=== YOUR OBJECTIVE ===
Go line by line through the data below and count those that hold "import". Return only the number.

=== Collected data entries ===
########################################
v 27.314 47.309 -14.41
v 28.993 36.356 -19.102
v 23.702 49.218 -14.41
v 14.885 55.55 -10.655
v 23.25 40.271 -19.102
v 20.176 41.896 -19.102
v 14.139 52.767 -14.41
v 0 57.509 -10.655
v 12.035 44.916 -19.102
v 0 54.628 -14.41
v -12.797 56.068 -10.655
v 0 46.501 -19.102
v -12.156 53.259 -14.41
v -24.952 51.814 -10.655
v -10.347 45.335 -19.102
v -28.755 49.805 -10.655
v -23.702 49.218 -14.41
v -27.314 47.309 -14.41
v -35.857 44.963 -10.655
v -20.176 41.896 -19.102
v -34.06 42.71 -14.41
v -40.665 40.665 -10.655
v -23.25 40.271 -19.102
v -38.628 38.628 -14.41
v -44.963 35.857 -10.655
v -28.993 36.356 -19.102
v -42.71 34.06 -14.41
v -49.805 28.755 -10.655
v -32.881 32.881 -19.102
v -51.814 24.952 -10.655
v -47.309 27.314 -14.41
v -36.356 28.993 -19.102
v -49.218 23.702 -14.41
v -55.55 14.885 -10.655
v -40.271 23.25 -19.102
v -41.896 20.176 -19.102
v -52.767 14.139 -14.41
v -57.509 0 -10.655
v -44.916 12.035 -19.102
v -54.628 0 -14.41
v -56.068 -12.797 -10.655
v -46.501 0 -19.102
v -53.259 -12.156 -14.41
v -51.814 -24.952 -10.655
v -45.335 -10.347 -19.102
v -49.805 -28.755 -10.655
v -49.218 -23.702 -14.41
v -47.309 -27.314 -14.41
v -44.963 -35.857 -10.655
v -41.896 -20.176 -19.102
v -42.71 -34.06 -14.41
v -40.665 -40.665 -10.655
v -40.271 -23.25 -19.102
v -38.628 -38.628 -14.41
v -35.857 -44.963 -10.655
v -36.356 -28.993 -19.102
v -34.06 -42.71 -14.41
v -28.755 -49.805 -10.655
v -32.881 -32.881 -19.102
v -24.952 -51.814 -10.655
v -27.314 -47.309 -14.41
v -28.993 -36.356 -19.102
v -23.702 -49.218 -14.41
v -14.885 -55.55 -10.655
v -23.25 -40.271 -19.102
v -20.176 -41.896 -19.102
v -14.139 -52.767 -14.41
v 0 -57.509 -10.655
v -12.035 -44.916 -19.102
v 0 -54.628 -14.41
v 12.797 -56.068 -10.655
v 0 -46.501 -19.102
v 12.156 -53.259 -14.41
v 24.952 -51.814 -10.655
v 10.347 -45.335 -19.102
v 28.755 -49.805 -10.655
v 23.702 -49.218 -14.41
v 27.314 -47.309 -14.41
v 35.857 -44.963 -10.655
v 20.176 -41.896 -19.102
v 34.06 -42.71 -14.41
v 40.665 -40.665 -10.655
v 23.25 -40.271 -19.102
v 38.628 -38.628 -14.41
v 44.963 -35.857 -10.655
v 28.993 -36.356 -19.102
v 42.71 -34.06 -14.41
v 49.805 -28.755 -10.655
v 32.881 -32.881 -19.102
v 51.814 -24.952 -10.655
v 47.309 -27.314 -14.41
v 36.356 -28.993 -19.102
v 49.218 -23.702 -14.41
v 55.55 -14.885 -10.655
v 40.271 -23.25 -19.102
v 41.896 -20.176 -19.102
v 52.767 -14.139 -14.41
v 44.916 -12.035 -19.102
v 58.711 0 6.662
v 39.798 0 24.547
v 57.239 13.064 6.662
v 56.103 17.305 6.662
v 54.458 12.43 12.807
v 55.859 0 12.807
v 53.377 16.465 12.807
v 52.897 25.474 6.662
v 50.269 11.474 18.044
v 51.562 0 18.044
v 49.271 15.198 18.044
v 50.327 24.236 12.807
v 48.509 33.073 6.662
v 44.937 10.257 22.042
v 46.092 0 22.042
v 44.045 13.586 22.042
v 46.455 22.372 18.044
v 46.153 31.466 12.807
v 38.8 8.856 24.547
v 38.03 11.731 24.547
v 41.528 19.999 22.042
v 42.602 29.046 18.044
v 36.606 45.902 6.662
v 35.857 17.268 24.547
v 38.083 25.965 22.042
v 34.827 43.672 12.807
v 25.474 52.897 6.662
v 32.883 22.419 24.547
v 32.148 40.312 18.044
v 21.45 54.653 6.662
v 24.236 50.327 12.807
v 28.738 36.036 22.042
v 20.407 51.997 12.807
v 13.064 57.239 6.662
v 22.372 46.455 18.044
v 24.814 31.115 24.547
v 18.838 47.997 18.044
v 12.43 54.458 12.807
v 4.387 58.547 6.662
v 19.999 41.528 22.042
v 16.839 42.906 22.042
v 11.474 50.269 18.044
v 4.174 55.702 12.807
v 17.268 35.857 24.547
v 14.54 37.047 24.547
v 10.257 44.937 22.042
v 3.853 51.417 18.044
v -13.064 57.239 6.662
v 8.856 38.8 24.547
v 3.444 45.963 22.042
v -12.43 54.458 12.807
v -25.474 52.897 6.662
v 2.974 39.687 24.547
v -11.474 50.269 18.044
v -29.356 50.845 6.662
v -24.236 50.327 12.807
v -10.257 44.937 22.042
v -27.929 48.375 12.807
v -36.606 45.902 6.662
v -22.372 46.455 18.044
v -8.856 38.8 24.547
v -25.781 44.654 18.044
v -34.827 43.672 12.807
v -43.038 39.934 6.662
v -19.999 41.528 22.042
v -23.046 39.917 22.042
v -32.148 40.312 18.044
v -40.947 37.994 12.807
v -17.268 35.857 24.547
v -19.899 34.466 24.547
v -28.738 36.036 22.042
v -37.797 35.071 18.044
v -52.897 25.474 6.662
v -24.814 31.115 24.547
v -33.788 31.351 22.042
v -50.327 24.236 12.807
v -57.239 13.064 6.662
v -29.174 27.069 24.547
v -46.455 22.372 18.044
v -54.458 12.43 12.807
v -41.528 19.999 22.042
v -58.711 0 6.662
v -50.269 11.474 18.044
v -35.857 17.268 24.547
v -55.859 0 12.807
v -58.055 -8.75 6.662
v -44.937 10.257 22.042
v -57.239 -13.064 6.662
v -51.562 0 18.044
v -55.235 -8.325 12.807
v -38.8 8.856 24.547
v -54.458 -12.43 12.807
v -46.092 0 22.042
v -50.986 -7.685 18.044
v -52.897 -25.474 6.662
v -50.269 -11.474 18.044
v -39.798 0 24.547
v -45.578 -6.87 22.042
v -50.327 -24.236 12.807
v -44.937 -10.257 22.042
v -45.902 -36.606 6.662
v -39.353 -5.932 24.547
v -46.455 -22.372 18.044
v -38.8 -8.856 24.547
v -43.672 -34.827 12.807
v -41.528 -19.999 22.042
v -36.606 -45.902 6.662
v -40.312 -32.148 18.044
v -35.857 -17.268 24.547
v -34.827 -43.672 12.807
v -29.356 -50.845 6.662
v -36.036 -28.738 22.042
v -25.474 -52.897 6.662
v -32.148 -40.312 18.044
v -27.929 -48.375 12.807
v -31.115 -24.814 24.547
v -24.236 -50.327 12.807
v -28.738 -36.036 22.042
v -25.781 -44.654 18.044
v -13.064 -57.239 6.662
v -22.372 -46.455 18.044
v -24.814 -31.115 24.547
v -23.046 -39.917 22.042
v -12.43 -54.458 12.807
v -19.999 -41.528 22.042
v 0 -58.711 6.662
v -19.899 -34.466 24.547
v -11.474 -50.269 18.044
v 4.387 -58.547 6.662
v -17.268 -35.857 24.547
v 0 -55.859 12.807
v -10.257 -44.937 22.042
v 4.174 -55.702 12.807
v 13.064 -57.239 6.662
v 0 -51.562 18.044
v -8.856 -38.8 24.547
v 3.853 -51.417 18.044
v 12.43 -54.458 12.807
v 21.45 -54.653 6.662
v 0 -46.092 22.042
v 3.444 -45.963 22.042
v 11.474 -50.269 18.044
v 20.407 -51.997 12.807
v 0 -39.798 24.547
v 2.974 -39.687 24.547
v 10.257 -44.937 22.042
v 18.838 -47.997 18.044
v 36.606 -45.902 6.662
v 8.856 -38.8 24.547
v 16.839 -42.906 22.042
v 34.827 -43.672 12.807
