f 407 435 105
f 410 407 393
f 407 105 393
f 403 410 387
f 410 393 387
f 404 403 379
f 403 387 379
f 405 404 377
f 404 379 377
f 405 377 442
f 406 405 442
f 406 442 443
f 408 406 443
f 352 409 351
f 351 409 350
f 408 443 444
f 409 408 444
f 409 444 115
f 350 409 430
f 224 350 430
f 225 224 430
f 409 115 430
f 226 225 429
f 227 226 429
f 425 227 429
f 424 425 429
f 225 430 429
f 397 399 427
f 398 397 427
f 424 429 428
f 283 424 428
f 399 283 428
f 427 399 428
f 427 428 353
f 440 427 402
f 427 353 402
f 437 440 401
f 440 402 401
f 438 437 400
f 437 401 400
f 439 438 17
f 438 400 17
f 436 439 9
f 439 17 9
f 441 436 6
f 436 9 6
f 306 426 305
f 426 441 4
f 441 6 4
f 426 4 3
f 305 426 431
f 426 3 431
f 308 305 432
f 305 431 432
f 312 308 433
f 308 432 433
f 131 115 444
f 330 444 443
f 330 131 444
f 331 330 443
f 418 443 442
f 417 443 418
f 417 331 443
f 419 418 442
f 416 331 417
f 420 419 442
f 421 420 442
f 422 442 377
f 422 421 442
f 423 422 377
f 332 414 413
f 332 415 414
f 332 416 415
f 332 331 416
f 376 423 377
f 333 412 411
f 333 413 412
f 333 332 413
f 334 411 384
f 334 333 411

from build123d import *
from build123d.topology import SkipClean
########################################
=== RESPONSE FOR THIS EXERCISE ===
2